For Middle Eastern states, mastering the intricacies of cyberspace is considered critical both as an offensive weapon against (domestic) political opposition and a 'defensive shield' to thwart cyber-attacks. Cyber power is a cost-effective – both in terms of human life and treasury assets – instrument of asymmetrical warfare that not only compensates for conventional power deficits among actors, but that can also produce significant psychological effects on the target society. Furthermore, the remote and indirect nature of cyber activity helps further define cyber power as a valuable intelligence tool that can be used stealthily, thereby making retaliation difficult.

Creating flux in unstable regions

The bad news is that these attributes create a strategic environment in which uncertainty is the norm. This, in a region like the Middle East where states tend to see cyberspace in political terms only, will likely amplify the likelihood of disproportionate responses and political controversies, thereby encouraging full-scale escalations. A strategy of deterrence is, at best, of limited utility because the cyber domain provides a high degree of anonymity and low barriers to entry. As such, states will be expected to initiate an attack, not least of all, because attacks in cyberspace are 'instantaneous'. They effectively and immediately put the defender under immense pressure.

For extra-regional actors, on the other hand, any improvement in regional states’ cyber capabilities tend to translate into a reduction in their capability to implement so called digital diplomacy policies.
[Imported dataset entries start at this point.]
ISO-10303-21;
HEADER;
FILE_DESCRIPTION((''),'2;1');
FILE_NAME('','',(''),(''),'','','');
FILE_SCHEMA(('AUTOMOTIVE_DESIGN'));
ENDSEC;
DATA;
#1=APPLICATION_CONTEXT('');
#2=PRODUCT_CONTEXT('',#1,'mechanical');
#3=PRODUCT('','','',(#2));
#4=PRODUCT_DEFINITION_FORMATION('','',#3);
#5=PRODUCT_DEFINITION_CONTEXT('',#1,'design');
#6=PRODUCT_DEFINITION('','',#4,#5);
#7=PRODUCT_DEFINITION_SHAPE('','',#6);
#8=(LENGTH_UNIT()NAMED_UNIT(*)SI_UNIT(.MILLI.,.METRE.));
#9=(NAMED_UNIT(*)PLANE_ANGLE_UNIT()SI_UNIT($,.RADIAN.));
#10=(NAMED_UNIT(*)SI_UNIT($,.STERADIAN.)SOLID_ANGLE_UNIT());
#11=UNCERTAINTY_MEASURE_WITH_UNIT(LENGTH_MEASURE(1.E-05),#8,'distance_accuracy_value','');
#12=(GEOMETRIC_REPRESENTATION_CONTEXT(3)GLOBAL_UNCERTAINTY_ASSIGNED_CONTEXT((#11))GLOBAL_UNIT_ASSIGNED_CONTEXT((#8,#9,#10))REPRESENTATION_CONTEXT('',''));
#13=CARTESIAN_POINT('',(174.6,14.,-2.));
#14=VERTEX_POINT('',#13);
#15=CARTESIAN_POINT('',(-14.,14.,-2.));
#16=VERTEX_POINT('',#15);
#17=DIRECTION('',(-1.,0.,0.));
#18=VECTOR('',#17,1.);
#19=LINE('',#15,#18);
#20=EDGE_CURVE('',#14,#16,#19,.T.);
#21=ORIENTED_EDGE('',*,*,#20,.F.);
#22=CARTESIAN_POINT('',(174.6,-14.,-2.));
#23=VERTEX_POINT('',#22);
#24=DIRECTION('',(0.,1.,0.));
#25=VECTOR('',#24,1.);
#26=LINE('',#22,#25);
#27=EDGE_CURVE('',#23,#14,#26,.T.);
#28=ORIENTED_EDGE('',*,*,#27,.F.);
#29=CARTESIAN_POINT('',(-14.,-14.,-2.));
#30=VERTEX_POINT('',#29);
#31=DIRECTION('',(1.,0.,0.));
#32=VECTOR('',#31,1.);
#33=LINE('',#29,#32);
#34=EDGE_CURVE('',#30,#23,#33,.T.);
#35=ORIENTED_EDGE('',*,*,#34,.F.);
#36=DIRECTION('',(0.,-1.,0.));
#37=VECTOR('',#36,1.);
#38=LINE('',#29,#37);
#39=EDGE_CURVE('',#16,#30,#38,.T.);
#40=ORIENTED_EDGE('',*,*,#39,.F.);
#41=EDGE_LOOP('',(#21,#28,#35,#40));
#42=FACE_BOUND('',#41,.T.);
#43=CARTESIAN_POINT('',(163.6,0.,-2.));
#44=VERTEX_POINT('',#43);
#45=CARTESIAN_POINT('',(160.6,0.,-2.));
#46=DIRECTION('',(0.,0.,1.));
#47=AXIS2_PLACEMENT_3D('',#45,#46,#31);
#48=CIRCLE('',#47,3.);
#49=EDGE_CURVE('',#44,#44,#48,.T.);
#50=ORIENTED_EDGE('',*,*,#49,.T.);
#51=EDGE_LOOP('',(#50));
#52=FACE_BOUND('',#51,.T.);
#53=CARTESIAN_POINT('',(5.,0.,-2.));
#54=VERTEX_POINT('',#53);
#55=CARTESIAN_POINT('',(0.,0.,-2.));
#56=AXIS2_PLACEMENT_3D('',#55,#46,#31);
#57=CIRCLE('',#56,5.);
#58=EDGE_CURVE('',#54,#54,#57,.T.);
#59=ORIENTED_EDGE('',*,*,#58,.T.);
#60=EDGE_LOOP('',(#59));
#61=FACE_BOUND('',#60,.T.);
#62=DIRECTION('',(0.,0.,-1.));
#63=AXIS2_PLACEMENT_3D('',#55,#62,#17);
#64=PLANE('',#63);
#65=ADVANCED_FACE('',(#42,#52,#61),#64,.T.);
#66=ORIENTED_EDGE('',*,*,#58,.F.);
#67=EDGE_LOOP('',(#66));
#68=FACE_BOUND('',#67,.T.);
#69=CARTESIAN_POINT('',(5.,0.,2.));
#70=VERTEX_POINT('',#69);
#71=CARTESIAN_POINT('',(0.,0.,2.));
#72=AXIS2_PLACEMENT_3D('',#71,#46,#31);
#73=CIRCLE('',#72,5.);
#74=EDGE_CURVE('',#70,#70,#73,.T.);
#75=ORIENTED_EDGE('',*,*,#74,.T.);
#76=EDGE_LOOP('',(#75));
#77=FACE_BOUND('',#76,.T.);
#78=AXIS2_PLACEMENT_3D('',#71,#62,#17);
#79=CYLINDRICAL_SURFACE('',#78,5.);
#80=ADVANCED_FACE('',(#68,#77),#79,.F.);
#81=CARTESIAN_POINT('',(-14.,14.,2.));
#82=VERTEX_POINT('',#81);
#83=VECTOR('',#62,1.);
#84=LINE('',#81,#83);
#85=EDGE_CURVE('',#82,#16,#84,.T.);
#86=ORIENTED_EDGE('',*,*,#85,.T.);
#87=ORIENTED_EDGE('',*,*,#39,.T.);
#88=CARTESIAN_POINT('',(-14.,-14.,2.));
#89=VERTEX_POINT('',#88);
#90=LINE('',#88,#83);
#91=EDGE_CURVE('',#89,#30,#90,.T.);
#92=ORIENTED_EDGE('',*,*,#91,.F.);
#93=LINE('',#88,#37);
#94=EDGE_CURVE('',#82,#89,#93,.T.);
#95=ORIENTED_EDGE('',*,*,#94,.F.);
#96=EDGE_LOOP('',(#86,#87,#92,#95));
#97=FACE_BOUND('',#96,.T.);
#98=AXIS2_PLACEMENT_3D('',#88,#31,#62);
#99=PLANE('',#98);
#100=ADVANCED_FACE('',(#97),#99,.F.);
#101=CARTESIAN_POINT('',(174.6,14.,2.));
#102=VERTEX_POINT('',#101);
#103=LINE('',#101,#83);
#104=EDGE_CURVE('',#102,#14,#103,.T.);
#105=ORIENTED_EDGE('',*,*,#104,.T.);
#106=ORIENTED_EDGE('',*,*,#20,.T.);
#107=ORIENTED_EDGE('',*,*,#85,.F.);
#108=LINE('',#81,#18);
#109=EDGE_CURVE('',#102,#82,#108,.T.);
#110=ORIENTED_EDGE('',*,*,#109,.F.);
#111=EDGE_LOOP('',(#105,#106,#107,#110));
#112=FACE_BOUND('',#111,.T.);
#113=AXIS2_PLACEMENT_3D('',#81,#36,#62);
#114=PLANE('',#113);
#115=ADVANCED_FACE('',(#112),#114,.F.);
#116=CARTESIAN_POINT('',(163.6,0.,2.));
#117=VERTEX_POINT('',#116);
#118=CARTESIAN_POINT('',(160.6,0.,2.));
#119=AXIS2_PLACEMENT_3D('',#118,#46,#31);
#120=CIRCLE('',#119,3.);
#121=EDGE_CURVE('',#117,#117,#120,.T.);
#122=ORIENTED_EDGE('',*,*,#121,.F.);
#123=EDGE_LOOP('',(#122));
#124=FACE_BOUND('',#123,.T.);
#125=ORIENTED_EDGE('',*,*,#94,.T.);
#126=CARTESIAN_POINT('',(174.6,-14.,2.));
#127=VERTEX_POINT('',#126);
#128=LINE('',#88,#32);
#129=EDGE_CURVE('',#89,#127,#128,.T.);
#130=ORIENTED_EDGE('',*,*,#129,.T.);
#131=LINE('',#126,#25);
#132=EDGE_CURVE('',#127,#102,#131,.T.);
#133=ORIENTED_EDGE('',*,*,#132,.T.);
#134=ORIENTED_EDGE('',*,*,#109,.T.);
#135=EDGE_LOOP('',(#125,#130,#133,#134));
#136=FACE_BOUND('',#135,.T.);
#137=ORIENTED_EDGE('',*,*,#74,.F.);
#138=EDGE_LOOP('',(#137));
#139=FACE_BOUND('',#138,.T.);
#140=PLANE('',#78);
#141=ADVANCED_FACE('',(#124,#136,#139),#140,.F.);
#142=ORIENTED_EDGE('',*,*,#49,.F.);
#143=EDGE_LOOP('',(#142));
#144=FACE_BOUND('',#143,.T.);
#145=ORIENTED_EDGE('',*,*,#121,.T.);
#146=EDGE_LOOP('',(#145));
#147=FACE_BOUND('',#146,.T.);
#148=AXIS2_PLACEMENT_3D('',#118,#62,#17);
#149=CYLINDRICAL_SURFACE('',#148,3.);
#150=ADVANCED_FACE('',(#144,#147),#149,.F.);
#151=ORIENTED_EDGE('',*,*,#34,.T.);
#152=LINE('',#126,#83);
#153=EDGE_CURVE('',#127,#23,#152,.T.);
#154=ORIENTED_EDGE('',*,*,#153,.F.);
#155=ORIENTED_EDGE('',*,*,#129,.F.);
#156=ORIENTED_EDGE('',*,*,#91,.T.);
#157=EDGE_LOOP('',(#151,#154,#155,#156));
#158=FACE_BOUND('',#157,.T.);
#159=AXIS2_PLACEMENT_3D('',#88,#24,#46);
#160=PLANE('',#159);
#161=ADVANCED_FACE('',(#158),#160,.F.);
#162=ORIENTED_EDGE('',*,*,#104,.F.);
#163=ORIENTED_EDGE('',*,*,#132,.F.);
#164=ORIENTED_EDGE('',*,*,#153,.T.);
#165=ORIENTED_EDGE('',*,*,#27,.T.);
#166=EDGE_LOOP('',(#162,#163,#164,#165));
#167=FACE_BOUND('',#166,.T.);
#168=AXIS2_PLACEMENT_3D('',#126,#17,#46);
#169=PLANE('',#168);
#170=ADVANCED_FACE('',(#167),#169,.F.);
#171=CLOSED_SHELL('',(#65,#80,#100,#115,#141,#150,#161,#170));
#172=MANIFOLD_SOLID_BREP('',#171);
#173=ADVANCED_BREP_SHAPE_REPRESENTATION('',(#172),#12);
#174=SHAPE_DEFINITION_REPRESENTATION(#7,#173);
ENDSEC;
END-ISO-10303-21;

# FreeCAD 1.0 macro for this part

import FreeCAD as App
import Part
import Sketcher

doc = App.newDocument("Part")
params = doc.addObject("Spreadsheet::Sheet", "Params")
for row, (alias, value) in enumerate([
    ("sketch1_diameter", "10 mm"),
    ("sketch1_diameter2", "6 mm"),
    ("sketch1_height", "28 mm"),
    ("sketch1_width", "188.6 mm"),
    ("pad1_length", "4 mm"),
], start=1):
    params.set(f"A{row}", alias)
    params.set(f"B{row}", "=" + value)
    params.setAlias(f"B{row}", alias)

body = doc.addObject("PartDesign::Body", "Body")

sketch1 = body.newObject("Sketcher::SketchObject", "Sketch")
sketch1.AttachmentSupport = (doc.getObject("XY_Plane"), [""])
sketch1.MapMode = "FlatFace"
sketch1.addGeometry([
    Part.LineSegment(App.Vector(-14, 14, 0), App.Vector(-14, -14, 0)),
    Part.LineSegment(App.Vector(-14, -14, 0), App.Vector(174.6, -14, 0)),
    Part.LineSegment(App.Vector(174.6, -14, 0), App.Vector(174.6, 14, 0)),
    Part.LineSegment(App.Vector(174.6, 14, 0), App.Vector(-14, 14, 0)),
    Part.Circle(App.Vector(0, 0, 0), App.Vector(0, 0, 1), 5),
    Part.Circle(App.Vector(160.6, 0, 0), App.Vector(0, 0, 1), 3),
], False)
sketch1.addConstraint([
    Sketcher.Constraint("Coincident", 0, 2, 1, 1),
    Sketcher.Constraint("Coincident", 1, 2, 2, 1),
    Sketcher.Constraint("Coincident", 2, 2, 3, 1),
    Sketcher.Constraint("Coincident", 3, 2, 0, 1),
    Sketcher.Constraint("Vertical", 0),
    Sketcher.Constraint("Horizontal", 1),
    Sketcher.Constraint("Vertical", 2),
    Sketcher.Constraint("Horizontal", 3),
    Sketcher.Constraint("Coincident", 4, 3, -1, 1),
    Sketcher.Constraint("PointOnObject", 5, 3, -1),
    Sketcher.Constraint("Diameter", 4, 10.0),
    Sketcher.Constraint("Diameter", 5, 6.0),
    Sketcher.Constraint("DistanceY", 0, 2, 0, 1, 28.0),
    Sketcher.Constraint("DistanceX", 1, 1, 1, 2, 188.6),
    Sketcher.Constraint("DistanceX", 0, 2, -1, 1, 14.0),
    Sketcher.Constraint("DistanceY", 0, 2, -1, 1, 14.0),
    Sketcher.Constraint("DistanceX", 5, 3, 1, 2, 14.0),
])
sketch1.setExpression("Constraints[10]", "Params.sketch1_diameter")
sketch1.setExpression("Constraints[11]", "Params.sketch1_diameter2")
sketch1.setExpression("Constraints[12]", "Params.sketch1_height")
sketch1.setExpression("Constraints[13]", "Params.sketch1_width")
pad1 = body.newObject("PartDesign::Pad", "Pad")
pad1.Profile = sketch1
pad1.setExpression("Length", "Params.pad1_length")
pad1.Midplane = True

doc.recompute()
The emergence of the Internet as a political tool in recent months will ensure that regional actors, albeit to various extents, will seek to monitor and control cyber activities of their citizens even more rigidly. Some states might opt for an even more extreme option, seeking to disconnect the public from the wider world through under-investment in their IT infrastructure.
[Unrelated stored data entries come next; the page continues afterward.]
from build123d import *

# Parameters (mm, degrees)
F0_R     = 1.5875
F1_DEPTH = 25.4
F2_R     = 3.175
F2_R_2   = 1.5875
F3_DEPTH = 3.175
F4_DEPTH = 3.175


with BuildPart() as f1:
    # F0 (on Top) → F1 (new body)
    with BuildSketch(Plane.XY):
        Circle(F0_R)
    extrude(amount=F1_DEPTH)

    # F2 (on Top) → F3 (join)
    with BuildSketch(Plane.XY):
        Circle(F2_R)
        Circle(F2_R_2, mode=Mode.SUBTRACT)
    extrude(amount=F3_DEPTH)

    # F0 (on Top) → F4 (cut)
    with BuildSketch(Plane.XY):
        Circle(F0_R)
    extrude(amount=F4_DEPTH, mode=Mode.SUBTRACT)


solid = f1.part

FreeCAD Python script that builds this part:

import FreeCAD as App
import Part
import Sketcher
from FreeCAD import Vector
Q = App.Units.Quantity

doc = App.newDocument("Part")
body = doc.addObject("PartDesign::Body", "Body")
body.AllowCompound = True

sketch1 = body.newObject("Sketcher::SketchObject", "Sketch")
sketch1.AttachmentSupport = (doc.getObject("XY_Plane"), [""])
sketch1.MapMode = "FlatFace"
sketch1.addGeometry(Part.Circle(Vector(0, 0, 0), Vector(0, 0, 1), 1.6), False)
sketch1.addConstraint([
    Sketcher.Constraint("Coincident", 0, 3, -1, 1),
    Sketcher.Constraint("Diameter", 0, Q("0.125 in")),
])
pad1 = body.newObject("PartDesign::Pad", "Pad")
pad1.Profile = sketch1
pad1.Length = Q("1 in")

sketch2 = body.newObject("Sketcher::SketchObject", "Sketch001")
sketch2.AttachmentSupport = (doc.getObject("XY_Plane"), [""])
sketch2.MapMode = "FlatFace"
sketch2.addGeometry([
    Part.Circle(Vector(0, 0, 0), Vector(0, 0, 1), 3.2),
    Part.Circle(Vector(0, 0, 0), Vector(0, 0, 1), 1.6),
], False)
sketch2.addConstraint([
    Sketcher.Constraint("Coincident", 0, 3, -1, 1),
    Sketcher.Constraint("Coincident", 1, 3, -1, 1),
    Sketcher.Constraint("Diameter", 0, Q("0.25 in")),
    Sketcher.Constraint("Diameter", 1, Q("0.125 in")),
])
pad2 = body.newObject("PartDesign::Pad", "Pad001")
pad2.Profile = sketch2
pad2.Length = Q("0.125 in")

sketch3 = body.newObject("Sketcher::SketchObject", "Sketch002")
sketch3.AttachmentSupport = (doc.getObject("XY_Plane"), [""])
sketch3.MapMode = "FlatFace"
sketch3.addGeometry(Part.Circle(Vector(0, 0, 0), Vector(0, 0, 1), 1.6), False)
sketch3.addConstraint([
    Sketcher.Constraint("Coincident", 0, 3, -1, 1),
    Sketcher.Constraint("Diameter", 0, Q("0.125 in")),
])
pocket1 = body.newObject("PartDesign::Pocket", "Pocket")
pocket1.Profile = sketch3
pocket1.Length = Q("0.125 in")
pocket1.Reversed = True

doc.recompute()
The dual strategy of sanctions and containment are also likely to lose their strategic relevance. It is hard to contemplate how western powers can sanction export of cyber technology at a time when, in the words of Col Stephen Korns, "many cyber weapons are commoditised and can be easily purchased off the shelf at affordable prices." Similarly, containment is likely to prove counterproductive given that the asymmetrical nature of cyber power can provide a counterbalance to force superiority of external actors.
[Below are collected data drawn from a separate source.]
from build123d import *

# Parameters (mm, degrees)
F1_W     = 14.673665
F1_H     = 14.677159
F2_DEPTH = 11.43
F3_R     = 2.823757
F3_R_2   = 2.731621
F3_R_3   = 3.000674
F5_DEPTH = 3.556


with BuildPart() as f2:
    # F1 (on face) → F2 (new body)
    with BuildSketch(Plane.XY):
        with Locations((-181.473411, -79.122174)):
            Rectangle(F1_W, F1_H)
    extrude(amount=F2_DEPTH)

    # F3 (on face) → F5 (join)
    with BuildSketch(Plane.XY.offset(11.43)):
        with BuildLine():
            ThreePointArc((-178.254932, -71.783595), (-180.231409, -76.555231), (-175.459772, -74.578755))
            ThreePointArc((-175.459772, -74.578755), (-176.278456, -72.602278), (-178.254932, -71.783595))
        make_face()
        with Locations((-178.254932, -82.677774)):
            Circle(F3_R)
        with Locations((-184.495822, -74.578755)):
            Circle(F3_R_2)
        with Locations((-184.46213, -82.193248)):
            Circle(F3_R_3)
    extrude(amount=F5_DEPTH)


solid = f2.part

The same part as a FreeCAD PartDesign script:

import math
import FreeCAD as App
import Part
import Sketcher

V = App.Vector
Q = App.Units.Quantity


def add_polygon(sketch, points):
    """Adds a closed chain of lines whose ends are joined by coincident constraints."""
    first, n = sketch.GeometryCount, len(points)
    for a, b in zip(points, points[1:] + points[:1]):
        sketch.addGeometry(Part.LineSegment(App.Vector(*a, 0), App.Vector(*b, 0)), False)
    for i in range(n):
        sketch.addConstraint(Sketcher.Constraint("Coincident", first + i, 2, first + (i + 1) % n, 1))

doc = App.newDocument("Part")
params = doc.addObject("Spreadsheet::Sheet", "Params")
for row, (alias, value) in enumerate([
    ("pad1_length", "0.45 in"),
    ("pad2_length", "0.14 in"),
], start=1):
    params.set(f"A{row}", alias)
    params.set(f"B{row}", "=" + value)
    params.setAlias(f"B{row}", alias)

body = doc.addObject("PartDesign::Body", "Body")

sketch1 = body.newObject("Sketcher::SketchObject", "Sketch")
sketch1.AttachmentSupport = (doc.getObject("XY_Plane"), [""])
sketch1.MapMode = "FlatFace"
add_polygon(sketch1, [(-189, -72), (-189, -86), (-174, -86), (-174, -72)])
sketch1.addConstraint([
    Sketcher.Constraint("Vertical", 0),
    Sketcher.Constraint("Horizontal", 1),
    Sketcher.Constraint("Vertical", 2),
    Sketcher.Constraint("Horizontal", 3),
    Sketcher.Constraint("DistanceY", 0, 2, 0, 1, Q("14.677159 mm")),
    Sketcher.Constraint("DistanceX", 1, 1, 1, 2, Q("14.673665 mm")),
    Sketcher.Constraint("DistanceX", 1, 2, -1, 1, Q("174.136579 mm")),
    Sketcher.Constraint("DistanceY", 0, 2, -1, 1, Q("86.460753 mm")),
])
pad1 = body.newObject("PartDesign::Pad", "Pad")
pad1.Profile = sketch1
pad1.setExpression("Length", "Params.pad1_length")

sketch2 = body.newObject("Sketcher::SketchObject", "Sketch001")
sketch2.AttachmentSupport = (doc.getObject("XY_Plane"), [""])
sketch2.MapMode = "FlatFace"
sketch2.AttachmentOffset = App.Placement(V(0, 0, 0.45 * 25.4), App.Rotation())
sketch2.addGeometry([
    Part.ArcOfCircle(Part.Circle(V(-178.3, -74.6, 0), V(0, 0, 1), 2.8), math.radians(90), math.radians(360)),
    Part.ArcOfCircle(Part.Circle(V(-178.3, -74.6, 0), V(0, 0, 1), 2.8), math.radians(0), math.radians(90)),
    Part.Circle(V(-178.3, -82.7, 0), V(0, 0, 1), 2.8),
    Part.Circle(V(-184.5, -74.6, 0), V(0, 0, 1), 2.7),
    Part.Circle(V(-184.5, -82.2, 0), V(0, 0, 1), 3),
], False)
sketch2.addConstraint([
    Sketcher.Constraint("Tangent", 0, 1, 1, 2),
    Sketcher.Constraint("Coincident", 1, 1, 0, 2),
    Sketcher.Constraint("Horizontal", 1, 3, 3, 3),
    Sketcher.Constraint("Horizontal", 3, 3, 1, 1),
    Sketcher.Constraint("Vertical", 1, 3, 2, 3),
    Sketcher.Constraint("Vertical", 2, 3, 0, 1),
    Sketcher.Constraint("Radius", 0, Q("2.79516 mm")),
    Sketcher.Constraint("Diameter", 2, Q("5.647514 mm")),
    Sketcher.Constraint("Diameter", 3, Q("5.463242 mm")),
    Sketcher.Constraint("Diameter", 4, Q("6.001348 mm")),
    Sketcher.Constraint("DistanceX", 4, 3, 2, 3, Q("6.207198 mm")),
    Sketcher.Constraint("DistanceX", 0, 3, -1, 1, Q("178.254932 mm")),
    Sketcher.Constraint("DistanceX", 3, 3, -1, 1, Q("184.495822 mm")),
    Sketcher.Constraint("DistanceY", 2, 3, 1, 3, Q("8.099019 mm")),
    Sketcher.Constraint("DistanceY", 0, 3, -1, 1, Q("74.578755 mm")),
    Sketcher.Constraint("DistanceY", 4, 3, -1, 1, Q("82.193248 mm")),
])
pad2 = body.newObject("PartDesign::Pad", "Pad001")
pad2.Profile = sketch2
pad2.setExpression("Length", "Params.pad2_length")

doc.recompute()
It follows then that the concept of cyber power as a strategic tool has been disseminated widely enough to enable various state and non-state actors to exercise their cyber influence effectively. This, in the absence of a cyber power theory and international norms and procedures to regulate the cyberspace, makes cyber threats real and enduring.

The Middle East is a target-rich environment – oil refineries, water desalination plants, major ports, foreign military bases, nuclear sites, etc. – where there are adequate geopolitical, sectarian, and historical rivalries and enmities to provide actors with an incentive to employ cyber power in order to obtain their policy objectives. This does not mean that a 'pure' cyber conflict is imminent. What it implies is that the current Middle Eastern security environment and the nature of conflict are both changing rapidly. With more intra-state conflicts on the horizon, the western push for digital dialogue and diplomacy, in spite of all the opportunities that it offers, may very well lead to the loss of whatever Internet freedom that already exists while significantly endangering regional stability.